Look through the data below for the string "BuildSketch", and copy every line where it turns up.

-- Records follows --

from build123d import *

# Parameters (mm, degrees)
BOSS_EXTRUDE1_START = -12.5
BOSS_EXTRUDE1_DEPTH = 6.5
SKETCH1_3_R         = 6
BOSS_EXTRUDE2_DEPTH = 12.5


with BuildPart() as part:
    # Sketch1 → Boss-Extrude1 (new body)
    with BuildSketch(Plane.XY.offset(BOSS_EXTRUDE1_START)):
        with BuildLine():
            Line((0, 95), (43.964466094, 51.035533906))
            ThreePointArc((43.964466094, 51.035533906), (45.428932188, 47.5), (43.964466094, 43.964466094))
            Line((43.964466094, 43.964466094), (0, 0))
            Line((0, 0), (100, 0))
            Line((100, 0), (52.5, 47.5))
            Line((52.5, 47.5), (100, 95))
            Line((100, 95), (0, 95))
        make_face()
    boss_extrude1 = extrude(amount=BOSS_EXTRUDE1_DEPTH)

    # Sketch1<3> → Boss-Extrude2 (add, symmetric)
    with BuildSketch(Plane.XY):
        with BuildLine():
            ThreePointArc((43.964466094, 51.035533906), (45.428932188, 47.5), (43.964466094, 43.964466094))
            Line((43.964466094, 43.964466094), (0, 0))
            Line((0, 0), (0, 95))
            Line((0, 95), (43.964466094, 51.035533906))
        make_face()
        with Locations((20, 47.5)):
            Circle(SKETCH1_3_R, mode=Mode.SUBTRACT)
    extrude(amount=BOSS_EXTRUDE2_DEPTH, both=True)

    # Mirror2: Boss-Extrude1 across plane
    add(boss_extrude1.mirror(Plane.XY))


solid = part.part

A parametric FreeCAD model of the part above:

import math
import FreeCAD as App
import Part
import Sketcher

doc = App.newDocument("Part")
body = doc.addObject("PartDesign::Body", "Body")

# Sketch on XY plane
sketch1 = doc.addObject("Sketcher::SketchObject", "Sketch")
body.addObject(sketch1)
sketch1.AttachmentSupport = (doc.XY_Plane, [""])
sketch1.MapMode = "FlatFace"
sketch1.AttachmentOffset = App.Placement(App.Vector(0, 0, -12.5), App.Rotation())
sketch1.addGeometry([
    Part.LineSegment(App.Vector(0, 95, 0), App.Vector(43.964466, 51.035534, 0)),  # 0
    Part.ArcOfCircle(Part.Circle(App.Vector(40.428932, 47.5, 0), App.Vector(0, 0, 1), 5), math.radians(-45), math.radians(45)),  # 1
    Part.LineSegment(App.Vector(43.964466, 43.964466, 0), App.Vector(0, 0, 0)),  # 2
    Part.LineSegment(App.Vector(0, 0, 0), App.Vector(100, 0, 0)),  # 3
    Part.LineSegment(App.Vector(100, 0, 0), App.Vector(52.5, 47.5, 0)),  # 4
    Part.LineSegment(App.Vector(52.5, 47.5, 0), App.Vector(100, 95, 0)),  # 5
    Part.LineSegment(App.Vector(100, 95, 0), App.Vector(0, 95, 0)),  # 6
], False)
sketch1.addConstraint([
    Sketcher.Constraint("Tangent", 0, 2, 1, 2),
    Sketcher.Constraint("Tangent", 1, 1, 2, 1),
    Sketcher.Constraint("Coincident", 2, 2, 3, 1),
    Sketcher.Constraint("Coincident", 3, 2, 4, 1),
    Sketcher.Constraint("Coincident", 4, 2, 5, 1),
    Sketcher.Constraint("Coincident", 5, 2, 6, 1),
    Sketcher.Constraint("Coincident", 6, 2, 0, 1),
    Sketcher.Constraint("Horizontal", 3),
    Sketcher.Constraint("Horizontal", 6),
    Sketcher.Constraint("Coincident", 2, 2, -1, 1),
    Sketcher.Constraint("PointOnObject", 6, 2, -2),
    Sketcher.Constraint("Perpendicular", 0, 2),
    Sketcher.Constraint("Perpendicular", 2, 4),
    Sketcher.Constraint("Perpendicular", 4, 5),
    Sketcher.Constraint("Horizontal", 1, 3, 4, 2),
    Sketcher.Constraint("Vertical", 0, 2, 1, 1),
    Sketcher.Constraint("Radius", 1, 5.0),
    Sketcher.Constraint("DistanceX", 3, 1, 3, 2, 100.0),
    Sketcher.Constraint("DistanceY", -1, 1, 5, 2, 95.0),
])
pad1 = doc.addObject("PartDesign::Pad", "Pad")
body.addObject(pad1)
pad1.Profile = sketch1
pad1.Length = 6.5

# Sketch on XY plane
sketch2 = doc.addObject("Sketcher::SketchObject", "Sketch001")
body.addObject(sketch2)
sketch2.AttachmentSupport = (doc.XY_Plane, [""])
sketch2.MapMode = "FlatFace"
sketch2.addGeometry([
    Part.ArcOfCircle(Part.Circle(App.Vector(40.428932, 47.5, 0), App.Vector(0, 0, 1), 5), math.radians(-45), math.radians(45)),  # 0
    Part.LineSegment(App.Vector(43.964466, 51.035534, 0), App.Vector(0, 95, 0)),  # 1
    Part.LineSegment(App.Vector(0, 95, 0), App.Vector(0, 0, 0)),  # 2
    Part.LineSegment(App.Vector(0, 0, 0), App.Vector(43.964466, 43.964466, 0)),  # 3
    Part.Circle(App.Vector(20, 47.5, 0), App.Vector(0, 0, 1), 6),  # 4
], False)
sketch2.addConstraint([
    Sketcher.Constraint("Tangent", 0, 2, 1, 1),
    Sketcher.Constraint("Coincident", 1, 2, 2, 1),
    Sketcher.Constraint("Coincident", 2, 2, 3, 1),
    Sketcher.Constraint("Tangent", 3, 2, 0, 1),
    Sketcher.Constraint("Vertical", 2),
    Sketcher.Constraint("Coincident", 2, 2, -1, 1),
    Sketcher.Constraint("Perpendicular", 1, 3),
    Sketcher.Constraint("Horizontal", 0, 3, 4, 3),
    Sketcher.Constraint("Vertical", 0, 2, 3, 2),
    Sketcher.Constraint("Diameter", 4, 12.0),
    Sketcher.Constraint("Radius", 0, 5.0),
    Sketcher.Constraint("DistanceY", 2, 2, 2, 1, 95.0),
    Sketcher.Constraint("DistanceX", -1, 1, 4, 3, 20.0),
])
pad2 = doc.addObject("PartDesign::Pad", "Pad001")
body.addObject(pad2)
pad2.Profile = sketch2
pad2.Length = 25
pad2.Midplane = True
doc.recompute()

mirrored = doc.addObject("PartDesign::Mirrored", "Mirrored")
body.addObject(mirrored)
mirrored.Originals = [pad1]
mirrored.MirrorPlane = (doc.XY_Plane, [""])
body.Tip = mirrored

doc.recompute()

-- Records concluded --

§ **Answer for the task**
    with BuildSketch(Plane.XY.offset(BOSS_EXTRUDE1_START)):
    with BuildSketch(Plane.XY):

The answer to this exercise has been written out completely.